What do you mean by "most advanced"?

* LLVM is probably the Open-Source compiler which fits your intention most.

* GCC has man-years of efforts for little bit/byte tweaks, which no other compiler does. This is not advanced, but tedious.

* libFirm is the only compiler which does not deconstruct SSA form. This is advanced in a mostly academic sense.

* GHC is probably the best functional (CPS) compiler.

* Sun JVM is probably the best Hotspot (online) compiler.

* I'm not sure which compiler is "most advanced" for dynamically typed code. Some Smalltalk or Javascript compiler? PyPy?

sb · on Aug 19, 2010

I think at least worth mentioning in this list is the milepost project:

* http://ctuning.org/wiki/index.php/CTools:MilepostGCC

Smalltalk JITs are pretty darn good, e.g., the Strongtalk project is known to be pretty fast. As of 2006, Sun released the Strongtalk source code. Its publication record is relatively weak (aside of type system related publications), but it contains a wealth of relevant optimizations and I am sure the interested reader/programmer will find something valuable in there. (http://www.strongtalk.org)

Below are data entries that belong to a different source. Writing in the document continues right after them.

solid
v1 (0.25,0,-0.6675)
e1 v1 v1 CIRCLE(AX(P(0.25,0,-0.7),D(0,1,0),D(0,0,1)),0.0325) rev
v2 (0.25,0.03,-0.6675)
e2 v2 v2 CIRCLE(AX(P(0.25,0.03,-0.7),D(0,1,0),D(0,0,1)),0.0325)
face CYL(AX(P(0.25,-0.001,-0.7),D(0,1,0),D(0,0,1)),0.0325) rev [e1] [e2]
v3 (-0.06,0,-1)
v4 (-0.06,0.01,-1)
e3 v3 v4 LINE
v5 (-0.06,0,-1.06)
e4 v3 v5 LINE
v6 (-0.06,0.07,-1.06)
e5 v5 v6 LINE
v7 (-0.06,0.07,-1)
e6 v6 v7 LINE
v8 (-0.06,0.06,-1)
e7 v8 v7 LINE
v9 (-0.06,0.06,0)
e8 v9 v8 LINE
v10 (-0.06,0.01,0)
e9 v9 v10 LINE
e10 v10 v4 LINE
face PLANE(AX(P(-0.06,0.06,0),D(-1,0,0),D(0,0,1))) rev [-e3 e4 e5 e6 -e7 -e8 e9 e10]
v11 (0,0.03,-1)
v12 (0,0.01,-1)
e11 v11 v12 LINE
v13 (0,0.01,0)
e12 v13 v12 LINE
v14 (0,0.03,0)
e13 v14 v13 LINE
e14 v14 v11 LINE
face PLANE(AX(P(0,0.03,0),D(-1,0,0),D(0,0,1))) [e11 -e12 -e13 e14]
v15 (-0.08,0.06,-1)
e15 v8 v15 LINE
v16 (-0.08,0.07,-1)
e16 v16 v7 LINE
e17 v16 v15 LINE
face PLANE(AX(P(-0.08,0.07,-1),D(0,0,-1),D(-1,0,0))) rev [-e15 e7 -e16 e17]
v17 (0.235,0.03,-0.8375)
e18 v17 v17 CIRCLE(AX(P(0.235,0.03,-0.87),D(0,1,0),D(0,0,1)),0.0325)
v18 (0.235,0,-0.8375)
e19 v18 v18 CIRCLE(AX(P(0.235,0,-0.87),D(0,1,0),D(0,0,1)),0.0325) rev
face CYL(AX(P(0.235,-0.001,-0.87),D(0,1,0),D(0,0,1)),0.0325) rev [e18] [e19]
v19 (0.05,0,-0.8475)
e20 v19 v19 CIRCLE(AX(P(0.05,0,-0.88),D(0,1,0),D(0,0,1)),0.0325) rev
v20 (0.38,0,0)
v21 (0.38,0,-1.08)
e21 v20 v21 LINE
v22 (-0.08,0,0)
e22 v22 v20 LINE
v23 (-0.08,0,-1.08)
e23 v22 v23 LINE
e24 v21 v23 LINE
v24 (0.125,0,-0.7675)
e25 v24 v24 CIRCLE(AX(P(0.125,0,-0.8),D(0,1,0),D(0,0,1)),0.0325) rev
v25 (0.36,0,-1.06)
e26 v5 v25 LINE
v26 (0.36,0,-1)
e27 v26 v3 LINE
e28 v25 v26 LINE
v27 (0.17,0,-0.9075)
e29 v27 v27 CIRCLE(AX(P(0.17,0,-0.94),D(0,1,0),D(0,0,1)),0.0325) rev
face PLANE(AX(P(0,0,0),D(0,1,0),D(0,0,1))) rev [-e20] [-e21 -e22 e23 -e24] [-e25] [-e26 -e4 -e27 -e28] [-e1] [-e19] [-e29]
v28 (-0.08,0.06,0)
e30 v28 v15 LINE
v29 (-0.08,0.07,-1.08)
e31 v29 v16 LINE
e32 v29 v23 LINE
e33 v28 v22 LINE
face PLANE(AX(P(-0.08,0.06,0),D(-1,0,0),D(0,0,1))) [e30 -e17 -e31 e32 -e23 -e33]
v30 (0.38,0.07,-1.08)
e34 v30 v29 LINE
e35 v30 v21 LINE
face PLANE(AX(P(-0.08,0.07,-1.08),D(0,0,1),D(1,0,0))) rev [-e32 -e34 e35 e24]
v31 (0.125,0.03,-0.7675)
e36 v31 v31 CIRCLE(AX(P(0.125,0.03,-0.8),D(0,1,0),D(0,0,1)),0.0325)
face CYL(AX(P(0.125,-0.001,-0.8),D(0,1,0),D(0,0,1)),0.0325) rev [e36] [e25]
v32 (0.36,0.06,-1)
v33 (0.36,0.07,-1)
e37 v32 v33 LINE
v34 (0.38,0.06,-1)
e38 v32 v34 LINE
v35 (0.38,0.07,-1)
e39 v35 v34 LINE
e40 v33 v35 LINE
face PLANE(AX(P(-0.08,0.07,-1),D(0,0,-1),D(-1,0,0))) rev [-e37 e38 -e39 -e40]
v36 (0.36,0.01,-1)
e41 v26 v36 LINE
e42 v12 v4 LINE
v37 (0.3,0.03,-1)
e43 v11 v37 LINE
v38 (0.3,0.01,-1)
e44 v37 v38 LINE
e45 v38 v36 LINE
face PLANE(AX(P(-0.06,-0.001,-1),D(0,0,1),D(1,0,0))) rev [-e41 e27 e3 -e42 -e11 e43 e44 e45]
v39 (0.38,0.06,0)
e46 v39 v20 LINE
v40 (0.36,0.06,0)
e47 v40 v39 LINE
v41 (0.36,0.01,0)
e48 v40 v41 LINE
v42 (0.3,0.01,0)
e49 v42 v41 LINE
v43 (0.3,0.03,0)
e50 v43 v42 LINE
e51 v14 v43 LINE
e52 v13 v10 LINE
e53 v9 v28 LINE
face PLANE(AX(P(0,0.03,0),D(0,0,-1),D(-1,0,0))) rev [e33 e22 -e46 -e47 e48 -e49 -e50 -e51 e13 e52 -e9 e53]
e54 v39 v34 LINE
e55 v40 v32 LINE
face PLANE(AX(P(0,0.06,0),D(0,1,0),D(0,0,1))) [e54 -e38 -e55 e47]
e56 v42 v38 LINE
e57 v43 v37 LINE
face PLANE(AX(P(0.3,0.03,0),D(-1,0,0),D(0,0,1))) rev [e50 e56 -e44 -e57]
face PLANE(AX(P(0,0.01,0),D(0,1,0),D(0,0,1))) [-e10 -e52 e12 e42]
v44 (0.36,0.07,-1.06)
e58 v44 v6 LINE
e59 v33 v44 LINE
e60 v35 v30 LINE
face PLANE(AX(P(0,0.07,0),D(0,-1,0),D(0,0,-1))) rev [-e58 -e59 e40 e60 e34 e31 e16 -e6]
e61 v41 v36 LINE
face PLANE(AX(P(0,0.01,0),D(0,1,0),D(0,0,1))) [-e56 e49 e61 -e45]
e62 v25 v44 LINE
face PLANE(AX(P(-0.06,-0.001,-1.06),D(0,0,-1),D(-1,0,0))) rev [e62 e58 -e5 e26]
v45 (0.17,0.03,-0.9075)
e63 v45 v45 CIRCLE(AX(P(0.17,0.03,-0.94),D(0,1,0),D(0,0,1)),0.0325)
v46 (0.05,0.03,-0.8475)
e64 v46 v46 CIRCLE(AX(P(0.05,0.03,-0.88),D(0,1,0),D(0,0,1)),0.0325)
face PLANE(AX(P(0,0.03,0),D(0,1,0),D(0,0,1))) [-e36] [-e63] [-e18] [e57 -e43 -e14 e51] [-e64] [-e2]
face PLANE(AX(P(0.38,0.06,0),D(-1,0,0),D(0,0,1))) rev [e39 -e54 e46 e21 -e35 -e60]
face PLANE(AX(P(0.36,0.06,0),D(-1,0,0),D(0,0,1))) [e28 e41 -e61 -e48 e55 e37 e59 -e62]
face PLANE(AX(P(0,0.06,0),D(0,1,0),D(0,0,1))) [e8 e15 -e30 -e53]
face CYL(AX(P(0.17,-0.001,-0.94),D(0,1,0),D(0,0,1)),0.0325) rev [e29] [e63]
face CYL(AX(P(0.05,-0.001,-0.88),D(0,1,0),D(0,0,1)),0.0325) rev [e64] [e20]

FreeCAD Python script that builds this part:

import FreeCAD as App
import Part
import Sketcher


def add_polygon(sketch, points):
    """Adds a closed chain of lines whose ends are joined by coincident constraints."""
    first, n = sketch.GeometryCount, len(points)
    for a, b in zip(points, points[1:] + points[:1]):
        sketch.addGeometry(Part.LineSegment(App.Vector(*a, 0), App.Vector(*b, 0)), False)
    for i in range(n):
        sketch.addConstraint(Sketcher.Constraint("Coincident", first + i, 2, first + (i + 1) % n, 1))

doc = App.newDocument("Part")
body = doc.addObject("PartDesign::Body", "Body")

# Sketch on XZ plane
sketch1 = body.newObject("Sketcher::SketchObject", "Sketch")
sketch1.AttachmentSupport = (doc.getObject("XZ_Plane"), [""])
sketch1.MapMode = "FlatFace"
add_polygon(sketch1, [(0, -1), (0, 0), (0.3, 0), (0.3, -1)])  # lines 0-3
sketch1.addConstraint(Sketcher.Constraint("Vertical", 0))
sketch1.addConstraint(Sketcher.Constraint("Horizontal", 1))
sketch1.addConstraint(Sketcher.Constraint("Vertical", 2))
sketch1.addConstraint(Sketcher.Constraint("Horizontal", 3))
sketch1.addConstraint(Sketcher.Constraint("Coincident", 0, 2, -1, 1))
sketch1.addConstraint(Sketcher.Constraint("DistanceY", 0, 1, 0, 2, 1.0))
sketch1.addConstraint(Sketcher.Constraint("DistanceX", 1, 1, 1, 2, 0.3))
pad1 = body.newObject("PartDesign::Pad", "Pad")
pad1.Profile = sketch1
pad1.Length = 0.03
pad1.Reversed = True

# Sketch on XZ plane
sketch2 = body.newObject("Sketcher::SketchObject", "Sketch001")
sketch2.AttachmentSupport = (doc.getObject("XZ_Plane"), [""])
sketch2.MapMode = "FlatFace"
add_polygon(sketch2, [(-0.06, -1), (-0.06, 0), (0, 0), (0, -1)])  # lines 0-3
add_polygon(sketch2, [(0.3, -1), (0.3, 0), (0.36, 0), (0.36, -1)])  # lines 4-7
sketch2.addConstraint(Sketcher.Constraint("Vertical", 0))
sketch2.addConstraint(Sketcher.Constraint("Horizontal", 1))
sketch2.addConstraint(Sketcher.Constraint("Vertical", 2))
sketch2.addConstraint(Sketcher.Constraint("Horizontal", 3))
sketch2.addConstraint(Sketcher.Constraint("Vertical", 4))
sketch2.addConstraint(Sketcher.Constraint("Horizontal", 5))
sketch2.addConstraint(Sketcher.Constraint("Vertical", 6))
sketch2.addConstraint(Sketcher.Constraint("Horizontal", 7))
sketch2.addConstraint(Sketcher.Constraint("Coincident", 1, 2, -1, 1))
sketch2.addConstraint(Sketcher.Constraint("PointOnObject", 4, 2, -1))
sketch2.addConstraint(Sketcher.Constraint("Horizontal", 3, 2, 6, 2))
sketch2.addConstraint(Sketcher.Constraint("Equal", 3, 5))
sketch2.addConstraint(Sketcher.Constraint("DistanceY", 0, 1, 0, 2, 1.0))
sketch2.addConstraint(Sketcher.Constraint("DistanceX", 1, 1, 1, 2, 0.06))
sketch2.addConstraint(Sketcher.Constraint("DistanceX", -1, 1, 4, 2, 0.3))
pad2 = body.newObject("PartDesign::Pad", "Pad001")
pad2.Profile = sketch2
pad2.Length = 0.01
pad2.Reversed = True

# Sketch on XZ plane
sketch3 = body.newObject("Sketcher::SketchObject", "Sketch002")
sketch3.AttachmentSupport = (doc.getObject("XZ_Plane"), [""])
sketch3.MapMode = "FlatFace"
add_polygon(sketch3, [(-0.08, -1), (-0.08, 0), (-0.06, 0), (-0.06, -1)])  # lines 0-3
add_polygon(sketch3, [(0.36, -1), (0.36, 0), (0.38, 0), (0.38, -1)])  # lines 4-7
sketch3.addConstraint(Sketcher.Constraint("Vertical", 0))
sketch3.addConstraint(Sketcher.Constraint("Horizontal", 1))
sketch3.addConstraint(Sketcher.Constraint("Vertical", 2))
sketch3.addConstraint(Sketcher.Constraint("Horizontal", 3))
sketch3.addConstraint(Sketcher.Constraint("Vertical", 4))
sketch3.addConstraint(Sketcher.Constraint("Horizontal", 5))
sketch3.addConstraint(Sketcher.Constraint("Vertical", 6))
sketch3.addConstraint(Sketcher.Constraint("Horizontal", 7))
sketch3.addConstraint(Sketcher.Constraint("PointOnObject", 0, 2, -1))
sketch3.addConstraint(Sketcher.Constraint("PointOnObject", 4, 2, -1))
sketch3.addConstraint(Sketcher.Constraint("Horizontal", 3, 2, 6, 2))
sketch3.addConstraint(Sketcher.Constraint("Equal", 3, 5))
sketch3.addConstraint(Sketcher.Constraint("DistanceY", 0, 1, 0, 2, 1.0))
sketch3.addConstraint(Sketcher.Constraint("DistanceX", 1, 1, 1, 2, 0.02))
sketch3.addConstraint(Sketcher.Constraint("DistanceX", 0, 2, -1, 1, 0.08))
sketch3.addConstraint(Sketcher.Constraint("DistanceX", -1, 1, 4, 2, 0.36))
pad3 = body.newObject("PartDesign::Pad", "Pad002")
pad3.Profile = sketch3
pad3.Length = 0.06
pad3.Reversed = True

Eliot Miranda has been implementing Smalltalk VMs for quite a while, and I think his recent addition ("Cog") to the Squeak implementation is probably the most recent addition to JIT compilers for Smalltalk VMs. Given his in-depth experience and expertise (particularly with inline caching), this could probably serve as a blueprint for other (Smalltalk) JITs.

V8 for Javascript is supposedly very fast (interesting side information: Robert Griesemer is working on V8, but worked on the Strongtalk interpreter before), but I don't know about the involved benchmarks, and how they stack up against each other--particularly since the TraceMonkey trace-based JITs came along.

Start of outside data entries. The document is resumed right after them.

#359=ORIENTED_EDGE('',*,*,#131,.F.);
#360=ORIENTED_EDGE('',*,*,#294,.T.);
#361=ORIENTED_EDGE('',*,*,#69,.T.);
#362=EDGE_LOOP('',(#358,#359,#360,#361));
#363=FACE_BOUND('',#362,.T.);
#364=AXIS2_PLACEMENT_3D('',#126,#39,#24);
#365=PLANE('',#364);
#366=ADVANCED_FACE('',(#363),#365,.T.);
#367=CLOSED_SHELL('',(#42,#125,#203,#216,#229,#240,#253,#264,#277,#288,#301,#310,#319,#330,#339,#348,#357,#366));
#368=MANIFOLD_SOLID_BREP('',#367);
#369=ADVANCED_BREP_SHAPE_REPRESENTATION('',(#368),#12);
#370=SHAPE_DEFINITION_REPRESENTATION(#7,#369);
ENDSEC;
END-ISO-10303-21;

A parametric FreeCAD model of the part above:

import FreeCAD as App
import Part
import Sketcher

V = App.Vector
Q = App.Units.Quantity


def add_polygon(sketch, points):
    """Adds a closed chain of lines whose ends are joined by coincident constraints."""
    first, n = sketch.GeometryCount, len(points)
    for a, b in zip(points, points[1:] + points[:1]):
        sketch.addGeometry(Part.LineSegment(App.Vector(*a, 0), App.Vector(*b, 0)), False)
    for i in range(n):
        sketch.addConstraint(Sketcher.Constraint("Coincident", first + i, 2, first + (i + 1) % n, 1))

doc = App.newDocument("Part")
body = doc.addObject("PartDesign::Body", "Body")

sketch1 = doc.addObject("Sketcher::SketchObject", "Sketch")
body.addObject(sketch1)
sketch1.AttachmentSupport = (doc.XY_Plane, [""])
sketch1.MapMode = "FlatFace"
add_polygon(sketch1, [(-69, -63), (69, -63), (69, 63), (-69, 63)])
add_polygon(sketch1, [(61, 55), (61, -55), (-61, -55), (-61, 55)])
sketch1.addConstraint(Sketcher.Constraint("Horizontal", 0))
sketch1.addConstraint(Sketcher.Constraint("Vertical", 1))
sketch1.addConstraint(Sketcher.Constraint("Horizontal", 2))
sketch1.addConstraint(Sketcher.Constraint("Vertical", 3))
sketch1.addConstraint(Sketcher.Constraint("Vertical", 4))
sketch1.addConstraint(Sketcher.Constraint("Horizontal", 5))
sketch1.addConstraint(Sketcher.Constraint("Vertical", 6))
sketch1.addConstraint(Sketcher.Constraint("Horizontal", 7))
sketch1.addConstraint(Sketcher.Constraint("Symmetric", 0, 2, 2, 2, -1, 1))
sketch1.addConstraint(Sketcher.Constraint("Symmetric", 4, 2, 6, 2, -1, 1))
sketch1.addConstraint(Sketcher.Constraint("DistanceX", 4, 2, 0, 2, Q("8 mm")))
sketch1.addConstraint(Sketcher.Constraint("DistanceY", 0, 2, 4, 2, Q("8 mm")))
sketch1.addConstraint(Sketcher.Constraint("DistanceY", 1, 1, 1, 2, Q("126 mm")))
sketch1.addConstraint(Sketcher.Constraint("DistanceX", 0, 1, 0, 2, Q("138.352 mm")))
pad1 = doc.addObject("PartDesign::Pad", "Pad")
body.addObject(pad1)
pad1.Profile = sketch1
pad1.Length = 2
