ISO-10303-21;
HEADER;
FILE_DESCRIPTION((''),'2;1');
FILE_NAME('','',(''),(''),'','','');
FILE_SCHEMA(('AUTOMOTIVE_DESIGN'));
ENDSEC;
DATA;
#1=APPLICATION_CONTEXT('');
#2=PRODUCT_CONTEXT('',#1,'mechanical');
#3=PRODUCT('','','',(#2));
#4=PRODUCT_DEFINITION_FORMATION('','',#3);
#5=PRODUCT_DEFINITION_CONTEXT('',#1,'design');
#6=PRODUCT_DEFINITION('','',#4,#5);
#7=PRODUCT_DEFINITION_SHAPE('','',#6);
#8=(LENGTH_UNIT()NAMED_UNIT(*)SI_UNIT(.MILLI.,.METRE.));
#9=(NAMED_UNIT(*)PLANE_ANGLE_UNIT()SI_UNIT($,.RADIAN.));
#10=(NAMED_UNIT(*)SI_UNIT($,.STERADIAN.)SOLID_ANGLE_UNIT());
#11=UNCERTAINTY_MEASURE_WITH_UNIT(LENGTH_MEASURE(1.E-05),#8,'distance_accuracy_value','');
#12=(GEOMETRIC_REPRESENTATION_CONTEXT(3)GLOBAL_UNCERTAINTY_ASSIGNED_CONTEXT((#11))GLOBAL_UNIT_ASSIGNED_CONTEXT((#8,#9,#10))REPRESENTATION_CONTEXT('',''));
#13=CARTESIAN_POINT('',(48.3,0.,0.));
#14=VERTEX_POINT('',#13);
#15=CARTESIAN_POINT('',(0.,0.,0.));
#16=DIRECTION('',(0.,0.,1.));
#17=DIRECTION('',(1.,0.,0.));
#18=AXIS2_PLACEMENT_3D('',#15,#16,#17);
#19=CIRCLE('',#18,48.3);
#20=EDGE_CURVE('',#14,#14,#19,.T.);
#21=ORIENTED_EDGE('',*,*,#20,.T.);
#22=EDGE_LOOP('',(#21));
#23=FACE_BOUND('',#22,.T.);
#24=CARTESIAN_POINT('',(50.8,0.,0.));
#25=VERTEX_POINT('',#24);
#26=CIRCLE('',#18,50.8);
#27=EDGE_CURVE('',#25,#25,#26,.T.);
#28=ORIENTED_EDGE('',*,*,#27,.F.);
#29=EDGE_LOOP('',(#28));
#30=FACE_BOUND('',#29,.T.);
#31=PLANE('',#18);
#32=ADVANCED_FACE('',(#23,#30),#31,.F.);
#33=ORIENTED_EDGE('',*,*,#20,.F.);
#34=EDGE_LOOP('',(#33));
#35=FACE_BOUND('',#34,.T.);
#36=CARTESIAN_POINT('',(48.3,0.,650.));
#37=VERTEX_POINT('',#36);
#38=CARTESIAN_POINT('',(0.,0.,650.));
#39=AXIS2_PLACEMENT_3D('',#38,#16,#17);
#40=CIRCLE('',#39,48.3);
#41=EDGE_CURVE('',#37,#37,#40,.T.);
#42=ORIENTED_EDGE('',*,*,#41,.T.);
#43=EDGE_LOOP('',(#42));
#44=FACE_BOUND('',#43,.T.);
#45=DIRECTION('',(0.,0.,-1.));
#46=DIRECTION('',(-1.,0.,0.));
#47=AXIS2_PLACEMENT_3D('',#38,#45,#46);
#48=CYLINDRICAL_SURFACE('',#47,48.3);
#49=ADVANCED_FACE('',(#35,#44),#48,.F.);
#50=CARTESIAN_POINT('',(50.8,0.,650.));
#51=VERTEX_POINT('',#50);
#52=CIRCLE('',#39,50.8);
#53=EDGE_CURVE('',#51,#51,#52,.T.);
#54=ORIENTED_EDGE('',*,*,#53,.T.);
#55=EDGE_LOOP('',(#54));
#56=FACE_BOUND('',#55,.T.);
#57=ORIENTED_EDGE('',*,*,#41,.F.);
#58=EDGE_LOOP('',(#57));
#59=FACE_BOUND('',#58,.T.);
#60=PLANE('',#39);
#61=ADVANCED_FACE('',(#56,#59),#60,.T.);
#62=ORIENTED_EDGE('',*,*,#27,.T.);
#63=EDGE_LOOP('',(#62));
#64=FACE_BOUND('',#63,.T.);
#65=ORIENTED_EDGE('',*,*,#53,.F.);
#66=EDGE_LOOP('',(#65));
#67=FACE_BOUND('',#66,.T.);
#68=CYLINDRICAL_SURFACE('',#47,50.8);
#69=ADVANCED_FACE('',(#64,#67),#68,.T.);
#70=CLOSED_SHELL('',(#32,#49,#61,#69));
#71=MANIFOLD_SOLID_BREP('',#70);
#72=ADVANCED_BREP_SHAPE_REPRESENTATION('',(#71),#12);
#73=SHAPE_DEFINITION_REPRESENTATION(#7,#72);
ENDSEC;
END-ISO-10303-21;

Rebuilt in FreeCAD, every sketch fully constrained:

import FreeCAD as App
import Part
import Sketcher
from FreeCAD import Vector

doc = App.newDocument("Part")
body = doc.addObject("PartDesign::Body", "Body")

# Sketch on XY plane
sketch1 = doc.addObject("Sketcher::SketchObject", "Sketch")
body.addObject(sketch1)
sketch1.AttachmentSupport = (doc.XY_Plane, [""])
sketch1.MapMode = "FlatFace"
sketch1.addGeometry(Part.Circle(Vector(0, 0, 0), Vector(0, 0, 1), 51), False)
sketch1.addGeometry(Part.Circle(Vector(0, 0, 0), Vector(0, 0, 1), 48), False)
sketch1.addConstraint(Sketcher.Constraint("Coincident", 0, 3, -1, 1))
sketch1.addConstraint(Sketcher.Constraint("Coincident", 1, 3, -1, 1))
sketch1.addConstraint(Sketcher.Constraint("Diameter", 0, 101.6))
sketch1.addConstraint(Sketcher.Constraint("Diameter", 1, 96.6))
pad1 = doc.addObject("PartDesign::Pad", "Pad")
body.addObject(pad1)
pad1.Profile = sketch1
pad1.Length = 650

doc.recompute()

Mike Pall's LuaJIT is a very interesting project (only one-man JIT project I know of), too.

PS: I am sorry for the overly long post...

beza1e1 · on Aug 20, 2010

Milepost Gcc is interesting. Regehr does not believe in it, though: "machine learning in compilers will not end up being fundamental."

His argumentation is flawed though. He says "I could always get a good optimization result by running all of my optimization passes until a fixpoint is reached," but unfortunately there is no such fixpoint. Many optimizations reverse each other (e.g. loop fusion vs loop spitting) or just arbitrarily choose some normalization (e.g. 2*x vs x+x vs x<<1).

You can build a superoptimizer, which constructs all variations (e.g. equality saturation http://portal.acm.org/citation.cfm?doid=1480881.1480915), though this is no fixpoint search, but an optimization problem to choose the least cost alternative. You can not construct all variations anyway. For a simple example consider loop unrolling an infinite loop.

Hence, unlike Regehr I would not devalue machine learning. I would not bet on it either, though. ;)

jules · on Aug 19, 2010

The most advanced dynamically typed code compiler is either Self or Stalin.

borisk · on Aug 19, 2010

Intresting - http://en.wikipedia.org/wiki/Stalin_(Scheme_implementation)

When do we expect Hitler, Churchill and Roosevelt?

jules · on Aug 19, 2010

"Stalin brutally optimizes."

ced · on Aug 19, 2010

The question was intentionally vague. I'm looking for interesting threads of thought. Thanks for your post.

libFirm is the only compiler which does not deconstruct SSA form

I thought that continuation-passing-style compilers didn't use SSA, and that most Scheme implementations were CPS. No?

beza1e1 · on Aug 20, 2010

SSA and CPS is equivalent: http://citeseerx.ist.psu.edu/viewdoc/summary?doi=10.1.1.3.67...

In SSA form most operations (add,sub,...) are side-effect free and the rest (load,store,call,...) can be understood as using something like a "Memory Monad".

ori_b · on Aug 19, 2010

From what I've heard, probably MLton.

ced · on Aug 19, 2010

Can you explain why? Neither their webpage nor Wikipedia goes much beyond "produces fast executables".

jules · on Aug 19, 2010

I found this description of the passes and intermediate languages used in mlton: http://mlton.org/CompilerOverview

Another candidate for the most advanced compiler is Stalin.